基金supported by the National Natural Science Foundation of China (Grant Nos. 31070300, 31170314 and 31100265)the Chinese Postdoctoral Science Fund (Grant No. 20080440328)+1 种基金the Natural Science Foundation of Chongqing (Grant No. CSTC2008BB5410)the Educational Committee Science & Technology Foundation of Chongqing (Grant No. KJ090504)
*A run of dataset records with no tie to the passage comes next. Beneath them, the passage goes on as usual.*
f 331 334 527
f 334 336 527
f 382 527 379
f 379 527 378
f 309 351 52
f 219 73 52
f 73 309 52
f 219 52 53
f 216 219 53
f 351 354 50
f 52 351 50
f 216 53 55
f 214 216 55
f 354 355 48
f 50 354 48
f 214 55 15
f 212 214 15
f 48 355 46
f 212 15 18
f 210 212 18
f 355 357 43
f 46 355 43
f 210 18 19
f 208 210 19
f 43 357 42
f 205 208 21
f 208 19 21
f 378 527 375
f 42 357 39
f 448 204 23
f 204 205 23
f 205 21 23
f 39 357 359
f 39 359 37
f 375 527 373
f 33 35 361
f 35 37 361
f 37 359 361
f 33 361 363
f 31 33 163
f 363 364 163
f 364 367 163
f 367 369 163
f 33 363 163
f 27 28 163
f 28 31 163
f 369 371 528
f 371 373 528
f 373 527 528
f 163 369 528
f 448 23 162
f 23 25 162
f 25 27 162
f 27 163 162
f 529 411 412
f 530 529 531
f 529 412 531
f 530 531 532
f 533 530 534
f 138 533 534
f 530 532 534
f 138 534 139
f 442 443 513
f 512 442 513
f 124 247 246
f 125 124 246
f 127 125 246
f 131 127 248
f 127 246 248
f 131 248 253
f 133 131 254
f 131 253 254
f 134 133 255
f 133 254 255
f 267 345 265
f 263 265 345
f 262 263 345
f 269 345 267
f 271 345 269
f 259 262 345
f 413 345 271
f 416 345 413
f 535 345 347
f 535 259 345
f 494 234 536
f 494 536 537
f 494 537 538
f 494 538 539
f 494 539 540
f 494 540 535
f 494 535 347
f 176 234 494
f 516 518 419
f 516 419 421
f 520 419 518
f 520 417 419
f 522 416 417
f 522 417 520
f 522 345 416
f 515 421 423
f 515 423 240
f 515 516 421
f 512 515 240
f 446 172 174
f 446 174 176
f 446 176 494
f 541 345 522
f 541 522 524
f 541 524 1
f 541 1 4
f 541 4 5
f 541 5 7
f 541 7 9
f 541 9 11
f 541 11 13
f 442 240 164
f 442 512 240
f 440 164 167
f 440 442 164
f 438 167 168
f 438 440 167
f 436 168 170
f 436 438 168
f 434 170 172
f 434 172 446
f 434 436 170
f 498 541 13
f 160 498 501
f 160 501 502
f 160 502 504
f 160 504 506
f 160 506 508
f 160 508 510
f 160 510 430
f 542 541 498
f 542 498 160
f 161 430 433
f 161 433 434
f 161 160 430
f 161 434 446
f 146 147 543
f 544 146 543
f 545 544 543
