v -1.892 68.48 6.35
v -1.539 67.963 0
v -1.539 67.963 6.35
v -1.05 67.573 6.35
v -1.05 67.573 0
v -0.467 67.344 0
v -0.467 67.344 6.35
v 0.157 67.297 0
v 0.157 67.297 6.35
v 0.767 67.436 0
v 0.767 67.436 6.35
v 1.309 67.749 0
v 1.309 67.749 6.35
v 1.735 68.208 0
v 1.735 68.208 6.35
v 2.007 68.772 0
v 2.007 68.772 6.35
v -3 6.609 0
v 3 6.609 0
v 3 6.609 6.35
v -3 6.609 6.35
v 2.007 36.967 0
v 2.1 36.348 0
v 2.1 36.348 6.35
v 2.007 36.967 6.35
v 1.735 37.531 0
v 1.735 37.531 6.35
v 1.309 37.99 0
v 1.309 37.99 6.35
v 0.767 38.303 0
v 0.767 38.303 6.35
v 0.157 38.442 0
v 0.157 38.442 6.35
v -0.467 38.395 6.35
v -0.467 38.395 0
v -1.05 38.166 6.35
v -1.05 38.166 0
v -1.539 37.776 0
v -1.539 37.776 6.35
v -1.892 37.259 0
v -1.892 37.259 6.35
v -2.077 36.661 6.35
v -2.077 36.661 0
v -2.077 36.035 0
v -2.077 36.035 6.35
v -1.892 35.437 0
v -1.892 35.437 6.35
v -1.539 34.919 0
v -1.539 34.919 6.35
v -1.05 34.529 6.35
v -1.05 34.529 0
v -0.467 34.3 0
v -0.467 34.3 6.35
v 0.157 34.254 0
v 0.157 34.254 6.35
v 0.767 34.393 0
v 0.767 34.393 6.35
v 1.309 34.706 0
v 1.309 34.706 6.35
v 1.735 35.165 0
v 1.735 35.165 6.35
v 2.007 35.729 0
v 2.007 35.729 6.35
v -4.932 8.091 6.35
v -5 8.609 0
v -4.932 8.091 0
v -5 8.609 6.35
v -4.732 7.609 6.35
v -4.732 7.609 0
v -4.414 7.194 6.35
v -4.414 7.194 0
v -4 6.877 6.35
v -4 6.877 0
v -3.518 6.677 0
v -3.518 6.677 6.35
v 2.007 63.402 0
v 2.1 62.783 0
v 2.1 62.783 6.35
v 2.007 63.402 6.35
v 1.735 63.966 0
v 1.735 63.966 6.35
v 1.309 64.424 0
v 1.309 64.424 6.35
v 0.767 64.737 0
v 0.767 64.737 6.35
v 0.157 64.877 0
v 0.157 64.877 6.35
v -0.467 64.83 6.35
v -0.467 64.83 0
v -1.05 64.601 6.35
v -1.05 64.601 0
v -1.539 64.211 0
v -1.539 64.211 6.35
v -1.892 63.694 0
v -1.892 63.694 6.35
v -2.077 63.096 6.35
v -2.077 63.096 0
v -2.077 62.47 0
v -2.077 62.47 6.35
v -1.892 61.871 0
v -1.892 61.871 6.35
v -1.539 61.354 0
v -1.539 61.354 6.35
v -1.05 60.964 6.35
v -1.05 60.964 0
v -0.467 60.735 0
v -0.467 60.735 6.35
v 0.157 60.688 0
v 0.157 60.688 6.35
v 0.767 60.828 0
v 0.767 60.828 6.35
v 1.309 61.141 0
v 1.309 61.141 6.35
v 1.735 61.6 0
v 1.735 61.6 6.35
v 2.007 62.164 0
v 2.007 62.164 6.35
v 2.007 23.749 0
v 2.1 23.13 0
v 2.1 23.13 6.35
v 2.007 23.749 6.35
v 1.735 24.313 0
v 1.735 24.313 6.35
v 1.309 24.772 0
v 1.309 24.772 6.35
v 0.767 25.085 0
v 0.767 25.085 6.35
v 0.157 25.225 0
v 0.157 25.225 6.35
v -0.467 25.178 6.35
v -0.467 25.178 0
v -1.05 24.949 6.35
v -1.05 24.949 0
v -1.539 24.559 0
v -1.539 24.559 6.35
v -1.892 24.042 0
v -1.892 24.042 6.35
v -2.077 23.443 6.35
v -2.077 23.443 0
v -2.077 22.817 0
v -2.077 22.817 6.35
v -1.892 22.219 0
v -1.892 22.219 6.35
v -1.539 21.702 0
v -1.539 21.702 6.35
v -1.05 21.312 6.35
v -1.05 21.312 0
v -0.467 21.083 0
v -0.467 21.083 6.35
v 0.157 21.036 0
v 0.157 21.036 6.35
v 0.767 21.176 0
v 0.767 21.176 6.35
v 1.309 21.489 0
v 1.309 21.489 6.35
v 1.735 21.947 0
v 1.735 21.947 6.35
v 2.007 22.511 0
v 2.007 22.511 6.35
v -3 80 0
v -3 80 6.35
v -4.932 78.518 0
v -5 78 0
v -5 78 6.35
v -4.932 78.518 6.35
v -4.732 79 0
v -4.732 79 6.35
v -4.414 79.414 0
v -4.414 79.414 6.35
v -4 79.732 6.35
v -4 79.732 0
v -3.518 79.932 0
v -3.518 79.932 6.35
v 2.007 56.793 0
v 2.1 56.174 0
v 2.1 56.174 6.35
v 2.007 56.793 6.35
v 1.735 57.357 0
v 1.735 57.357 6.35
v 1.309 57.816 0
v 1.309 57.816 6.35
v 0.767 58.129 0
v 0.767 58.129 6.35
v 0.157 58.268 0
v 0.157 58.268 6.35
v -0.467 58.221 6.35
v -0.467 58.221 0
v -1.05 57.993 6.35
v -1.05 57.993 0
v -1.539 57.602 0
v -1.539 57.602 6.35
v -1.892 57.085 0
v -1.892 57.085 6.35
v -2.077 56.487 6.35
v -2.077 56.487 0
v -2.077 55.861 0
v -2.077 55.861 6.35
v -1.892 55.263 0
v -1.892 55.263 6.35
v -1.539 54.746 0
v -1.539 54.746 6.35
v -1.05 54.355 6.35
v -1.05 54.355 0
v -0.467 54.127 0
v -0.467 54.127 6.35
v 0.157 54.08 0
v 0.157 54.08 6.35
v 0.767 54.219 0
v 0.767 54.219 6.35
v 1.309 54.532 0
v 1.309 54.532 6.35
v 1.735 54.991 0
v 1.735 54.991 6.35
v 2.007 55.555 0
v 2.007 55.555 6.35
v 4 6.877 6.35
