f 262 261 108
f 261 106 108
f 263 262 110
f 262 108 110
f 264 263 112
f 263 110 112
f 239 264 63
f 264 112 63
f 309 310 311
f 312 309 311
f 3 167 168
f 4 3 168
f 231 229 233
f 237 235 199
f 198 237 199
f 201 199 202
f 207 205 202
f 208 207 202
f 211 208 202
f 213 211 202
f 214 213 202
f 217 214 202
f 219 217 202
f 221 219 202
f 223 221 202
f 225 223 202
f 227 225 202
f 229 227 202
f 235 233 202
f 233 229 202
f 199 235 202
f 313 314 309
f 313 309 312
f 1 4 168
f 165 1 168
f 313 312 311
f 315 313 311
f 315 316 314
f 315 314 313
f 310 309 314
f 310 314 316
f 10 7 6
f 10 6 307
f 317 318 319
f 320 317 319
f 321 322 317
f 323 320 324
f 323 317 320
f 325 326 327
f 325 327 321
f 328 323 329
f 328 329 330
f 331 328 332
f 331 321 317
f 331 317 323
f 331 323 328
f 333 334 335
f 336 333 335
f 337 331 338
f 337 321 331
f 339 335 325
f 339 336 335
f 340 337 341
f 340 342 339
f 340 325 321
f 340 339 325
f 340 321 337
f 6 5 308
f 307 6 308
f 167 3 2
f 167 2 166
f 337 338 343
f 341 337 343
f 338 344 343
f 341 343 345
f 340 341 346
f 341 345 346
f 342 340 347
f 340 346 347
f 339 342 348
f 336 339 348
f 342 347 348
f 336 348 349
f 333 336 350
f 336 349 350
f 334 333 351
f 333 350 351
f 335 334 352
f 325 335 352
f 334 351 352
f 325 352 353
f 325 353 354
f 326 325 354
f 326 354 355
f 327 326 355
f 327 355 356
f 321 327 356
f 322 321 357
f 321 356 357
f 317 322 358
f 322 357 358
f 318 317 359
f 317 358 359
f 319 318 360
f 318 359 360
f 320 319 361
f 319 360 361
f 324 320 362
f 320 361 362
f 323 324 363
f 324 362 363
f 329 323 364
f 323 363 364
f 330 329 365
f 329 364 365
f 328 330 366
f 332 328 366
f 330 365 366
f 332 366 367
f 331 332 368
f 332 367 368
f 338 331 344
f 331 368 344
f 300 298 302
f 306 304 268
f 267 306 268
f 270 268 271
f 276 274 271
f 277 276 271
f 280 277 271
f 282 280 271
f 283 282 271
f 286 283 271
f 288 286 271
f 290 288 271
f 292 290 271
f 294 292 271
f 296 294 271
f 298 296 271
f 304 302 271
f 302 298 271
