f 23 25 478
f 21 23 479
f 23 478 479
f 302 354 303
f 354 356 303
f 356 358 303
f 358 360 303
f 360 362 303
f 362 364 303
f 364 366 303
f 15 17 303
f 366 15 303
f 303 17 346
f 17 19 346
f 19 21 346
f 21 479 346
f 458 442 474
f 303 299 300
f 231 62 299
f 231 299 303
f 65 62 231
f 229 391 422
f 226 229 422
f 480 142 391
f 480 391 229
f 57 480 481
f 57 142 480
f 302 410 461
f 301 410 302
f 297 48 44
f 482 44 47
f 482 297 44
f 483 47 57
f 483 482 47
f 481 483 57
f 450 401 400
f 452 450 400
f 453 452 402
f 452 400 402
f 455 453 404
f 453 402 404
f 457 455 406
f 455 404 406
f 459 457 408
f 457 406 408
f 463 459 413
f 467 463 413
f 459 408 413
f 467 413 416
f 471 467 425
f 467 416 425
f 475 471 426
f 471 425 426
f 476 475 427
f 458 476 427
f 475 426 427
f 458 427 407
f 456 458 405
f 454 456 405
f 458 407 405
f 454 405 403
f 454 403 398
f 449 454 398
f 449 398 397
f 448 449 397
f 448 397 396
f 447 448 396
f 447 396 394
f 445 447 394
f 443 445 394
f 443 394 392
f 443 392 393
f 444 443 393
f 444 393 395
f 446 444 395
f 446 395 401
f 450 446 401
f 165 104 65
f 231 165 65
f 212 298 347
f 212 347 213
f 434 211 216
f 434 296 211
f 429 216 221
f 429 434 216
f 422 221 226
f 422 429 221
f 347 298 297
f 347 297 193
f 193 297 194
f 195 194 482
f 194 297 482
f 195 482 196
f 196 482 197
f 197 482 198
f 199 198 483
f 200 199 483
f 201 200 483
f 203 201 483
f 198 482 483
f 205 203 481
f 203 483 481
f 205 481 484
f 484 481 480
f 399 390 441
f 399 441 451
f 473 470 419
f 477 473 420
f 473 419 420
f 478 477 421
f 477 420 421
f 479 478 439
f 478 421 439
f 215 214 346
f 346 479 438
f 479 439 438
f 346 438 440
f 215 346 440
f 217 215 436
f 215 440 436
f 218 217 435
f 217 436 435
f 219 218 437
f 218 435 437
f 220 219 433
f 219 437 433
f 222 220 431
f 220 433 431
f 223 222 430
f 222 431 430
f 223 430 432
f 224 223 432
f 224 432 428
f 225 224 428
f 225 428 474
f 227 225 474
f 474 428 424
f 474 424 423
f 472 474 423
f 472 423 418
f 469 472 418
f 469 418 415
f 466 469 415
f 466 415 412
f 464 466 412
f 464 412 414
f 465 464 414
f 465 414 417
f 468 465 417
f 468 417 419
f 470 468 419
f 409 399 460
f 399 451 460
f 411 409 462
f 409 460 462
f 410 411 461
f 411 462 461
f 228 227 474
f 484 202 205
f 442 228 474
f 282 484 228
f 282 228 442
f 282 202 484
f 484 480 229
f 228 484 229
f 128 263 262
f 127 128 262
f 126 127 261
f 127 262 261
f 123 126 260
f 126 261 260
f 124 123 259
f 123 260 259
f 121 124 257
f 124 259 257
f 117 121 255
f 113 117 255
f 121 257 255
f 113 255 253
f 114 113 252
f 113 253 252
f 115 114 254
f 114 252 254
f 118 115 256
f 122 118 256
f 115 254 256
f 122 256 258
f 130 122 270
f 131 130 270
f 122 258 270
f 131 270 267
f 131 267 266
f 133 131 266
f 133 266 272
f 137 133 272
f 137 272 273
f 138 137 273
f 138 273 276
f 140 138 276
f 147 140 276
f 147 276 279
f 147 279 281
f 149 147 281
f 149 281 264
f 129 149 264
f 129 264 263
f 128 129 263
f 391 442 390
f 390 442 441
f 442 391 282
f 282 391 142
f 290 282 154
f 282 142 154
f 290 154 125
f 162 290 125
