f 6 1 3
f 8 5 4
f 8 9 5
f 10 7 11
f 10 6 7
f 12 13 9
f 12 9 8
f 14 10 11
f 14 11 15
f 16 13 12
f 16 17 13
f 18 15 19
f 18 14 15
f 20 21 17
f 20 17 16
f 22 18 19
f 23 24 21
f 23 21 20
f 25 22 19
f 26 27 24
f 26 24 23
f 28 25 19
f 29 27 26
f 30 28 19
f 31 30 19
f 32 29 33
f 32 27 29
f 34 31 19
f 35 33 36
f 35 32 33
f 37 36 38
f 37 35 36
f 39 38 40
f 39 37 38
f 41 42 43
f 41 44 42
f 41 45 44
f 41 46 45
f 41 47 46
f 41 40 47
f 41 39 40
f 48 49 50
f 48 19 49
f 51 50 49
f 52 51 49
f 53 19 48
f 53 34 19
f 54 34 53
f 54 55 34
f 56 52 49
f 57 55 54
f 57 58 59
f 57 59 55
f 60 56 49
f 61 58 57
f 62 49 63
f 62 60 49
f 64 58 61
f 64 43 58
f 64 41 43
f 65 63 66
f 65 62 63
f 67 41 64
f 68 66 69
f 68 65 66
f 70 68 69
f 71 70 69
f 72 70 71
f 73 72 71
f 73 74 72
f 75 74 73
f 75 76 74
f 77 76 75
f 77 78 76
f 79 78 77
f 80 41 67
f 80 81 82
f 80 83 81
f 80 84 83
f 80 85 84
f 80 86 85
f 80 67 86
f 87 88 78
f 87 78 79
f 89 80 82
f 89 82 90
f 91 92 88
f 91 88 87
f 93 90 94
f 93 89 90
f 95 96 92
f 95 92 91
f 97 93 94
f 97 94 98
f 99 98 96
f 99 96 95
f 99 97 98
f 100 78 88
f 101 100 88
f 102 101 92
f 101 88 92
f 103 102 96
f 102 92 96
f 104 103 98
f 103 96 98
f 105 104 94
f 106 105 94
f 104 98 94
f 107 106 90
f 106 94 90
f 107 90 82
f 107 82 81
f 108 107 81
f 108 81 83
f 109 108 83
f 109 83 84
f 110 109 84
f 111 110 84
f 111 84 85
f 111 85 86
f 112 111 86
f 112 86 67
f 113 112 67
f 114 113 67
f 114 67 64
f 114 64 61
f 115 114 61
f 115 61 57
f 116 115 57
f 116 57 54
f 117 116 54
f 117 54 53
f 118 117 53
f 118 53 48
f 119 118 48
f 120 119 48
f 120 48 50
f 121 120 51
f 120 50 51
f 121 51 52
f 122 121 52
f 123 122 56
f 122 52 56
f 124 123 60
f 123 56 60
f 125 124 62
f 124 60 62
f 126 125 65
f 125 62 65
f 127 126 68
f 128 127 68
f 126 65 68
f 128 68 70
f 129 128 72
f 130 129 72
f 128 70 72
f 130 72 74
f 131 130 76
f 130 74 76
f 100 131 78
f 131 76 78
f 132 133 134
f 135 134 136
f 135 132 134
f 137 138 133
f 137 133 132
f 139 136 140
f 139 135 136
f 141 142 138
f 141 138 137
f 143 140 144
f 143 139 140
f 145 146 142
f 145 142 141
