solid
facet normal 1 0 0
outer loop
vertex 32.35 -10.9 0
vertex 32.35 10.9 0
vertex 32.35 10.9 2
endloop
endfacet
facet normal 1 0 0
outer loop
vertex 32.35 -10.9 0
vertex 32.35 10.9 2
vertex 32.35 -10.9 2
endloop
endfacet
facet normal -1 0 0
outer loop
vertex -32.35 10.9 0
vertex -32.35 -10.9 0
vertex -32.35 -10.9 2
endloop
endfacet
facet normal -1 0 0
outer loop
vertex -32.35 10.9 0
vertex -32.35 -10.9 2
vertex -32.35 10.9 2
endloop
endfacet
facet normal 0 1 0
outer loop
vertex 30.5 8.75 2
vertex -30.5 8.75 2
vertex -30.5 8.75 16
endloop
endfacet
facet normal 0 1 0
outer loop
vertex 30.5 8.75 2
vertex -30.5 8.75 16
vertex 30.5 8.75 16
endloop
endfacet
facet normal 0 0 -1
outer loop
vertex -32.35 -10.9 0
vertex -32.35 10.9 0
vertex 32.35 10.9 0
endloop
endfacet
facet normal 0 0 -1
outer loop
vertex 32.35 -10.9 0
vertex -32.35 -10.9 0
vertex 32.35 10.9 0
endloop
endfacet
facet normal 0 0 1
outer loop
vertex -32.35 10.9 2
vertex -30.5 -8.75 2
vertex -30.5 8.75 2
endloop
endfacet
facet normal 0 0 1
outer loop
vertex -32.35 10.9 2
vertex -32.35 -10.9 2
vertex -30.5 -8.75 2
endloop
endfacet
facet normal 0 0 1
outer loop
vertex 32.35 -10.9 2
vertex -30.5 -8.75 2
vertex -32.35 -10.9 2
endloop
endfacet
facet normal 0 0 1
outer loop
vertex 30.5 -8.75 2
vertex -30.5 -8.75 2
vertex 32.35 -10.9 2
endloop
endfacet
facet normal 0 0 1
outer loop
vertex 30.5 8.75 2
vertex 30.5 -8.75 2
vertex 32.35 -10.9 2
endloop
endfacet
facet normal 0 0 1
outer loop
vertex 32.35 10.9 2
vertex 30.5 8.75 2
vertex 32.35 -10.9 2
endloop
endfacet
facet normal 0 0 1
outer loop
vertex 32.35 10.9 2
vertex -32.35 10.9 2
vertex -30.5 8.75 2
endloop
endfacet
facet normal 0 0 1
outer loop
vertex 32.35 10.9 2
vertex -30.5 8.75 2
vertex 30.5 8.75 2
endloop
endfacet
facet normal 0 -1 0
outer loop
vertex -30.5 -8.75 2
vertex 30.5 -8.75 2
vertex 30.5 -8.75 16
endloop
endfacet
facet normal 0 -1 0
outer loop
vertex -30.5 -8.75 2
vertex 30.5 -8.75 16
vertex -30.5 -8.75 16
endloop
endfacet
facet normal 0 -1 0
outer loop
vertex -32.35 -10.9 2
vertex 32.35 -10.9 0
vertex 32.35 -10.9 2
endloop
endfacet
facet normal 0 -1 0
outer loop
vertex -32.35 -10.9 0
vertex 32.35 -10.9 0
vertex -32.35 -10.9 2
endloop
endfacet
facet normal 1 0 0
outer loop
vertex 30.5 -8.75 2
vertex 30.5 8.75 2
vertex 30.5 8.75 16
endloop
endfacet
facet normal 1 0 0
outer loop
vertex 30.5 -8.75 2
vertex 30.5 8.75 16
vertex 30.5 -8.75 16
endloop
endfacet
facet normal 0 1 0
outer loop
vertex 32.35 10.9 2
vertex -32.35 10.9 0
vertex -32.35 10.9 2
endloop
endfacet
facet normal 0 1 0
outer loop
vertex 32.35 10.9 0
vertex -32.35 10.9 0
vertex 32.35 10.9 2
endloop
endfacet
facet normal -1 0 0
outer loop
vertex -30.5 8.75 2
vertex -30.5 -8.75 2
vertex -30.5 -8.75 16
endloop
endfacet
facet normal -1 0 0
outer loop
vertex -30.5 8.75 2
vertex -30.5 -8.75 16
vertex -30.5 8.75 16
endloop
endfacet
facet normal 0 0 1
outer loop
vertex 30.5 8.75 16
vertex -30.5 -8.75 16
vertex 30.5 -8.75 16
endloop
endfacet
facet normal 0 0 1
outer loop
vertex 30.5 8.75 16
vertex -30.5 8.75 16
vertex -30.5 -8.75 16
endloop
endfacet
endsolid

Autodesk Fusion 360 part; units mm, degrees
sketch "Esquisse1" plane through (0, 0, 0) normal (0, 0, 1) x (1, 0, 0)
  line L0 (-30.5, 8.75) -> (30.5, 8.75)
  line L1 (30.5, 8.75) -> (30.5, -8.75)
  line L2 (30.5, -8.75) -> (-30.5, -8.75)
  line L3 (-30.5, -8.75) -> (-30.5, 8.75)
  line L4 (-32.35, 10.9) -> (32.35, 10.9)
  line L5 (32.35, 10.9) -> (32.35, -10.9)
  line L6 (32.35, -10.9) -> (-32.35, -10.9)
  line L7 (-32.35, -10.9) -> (-32.35, 10.9)
  dimension "d1" = 61
  dimension "d2" = 17.5
  dimension "d3" = 30.5
  dimension "d4" = 8.75
  dimension "d5" = 64.7
  dimension "d6" = 21.8
  dimension "d7" = 32.35
  dimension "d8" = 10.9
extrude "Extrusion1" add sketch "Esquisse1" along normal blind 16 contours L0 L1 L2 L3
extrude "Extrusion2" add sketch "Esquisse1" along normal blind 2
文摘Mycorrhizal fungi promote the growth and development of plants, including medicinal plants. The mechanisms by which this growth promotion occurs are of theoretical interest and practical importance to agriculture. Here, an endophytic fungus (AR-18) was isolated from roots of the orchid Anoectochilus roxburghii growing in the wild, and identified as Epulorhiza sp. Tissue-cultured seedlings of A. roxburghii were inoculated with AR-l 8 and co-cultured for 60 d. Endotrophic mycorrhiza formed and the growth of A. roxburghii was markedly promoted by the fungus. To identify genes in A. roxburghii that were differentially expressed during the symbiosis with AR-18, we used the differential display reverse transcription polymerase chain reac- tion (DDRT-PCR) method to compare the transcriptomes between seedlings inoculated with the fungus and control seedlings. We amplified 52 DDRT-PCR bands using 15 primer combinations of three anchor primers and five arbitrary primers, and nine bands were re-amplified by double primers. Reverse Northern blot analyses were used to further screen the bands. Five clones were up-regulated in the symbiotic interaction, including genes encoding a uracil phosphoribosyltransferase (UPRTs; EC 2.4.2.9) and a hypothetical protein. One gene encoding an amino acid transmembrane transporter was down-regulated, and one gene encoding a tRNA-Lys (trnK) and a maturase K (matK) pseudogene were expressed only in the inoculated seedlings. The possible roles of the above genes, especially the UPRTs and marK genes, are discussed in relation to the fungal interaction. This study is the first of its type in A. roxburghii.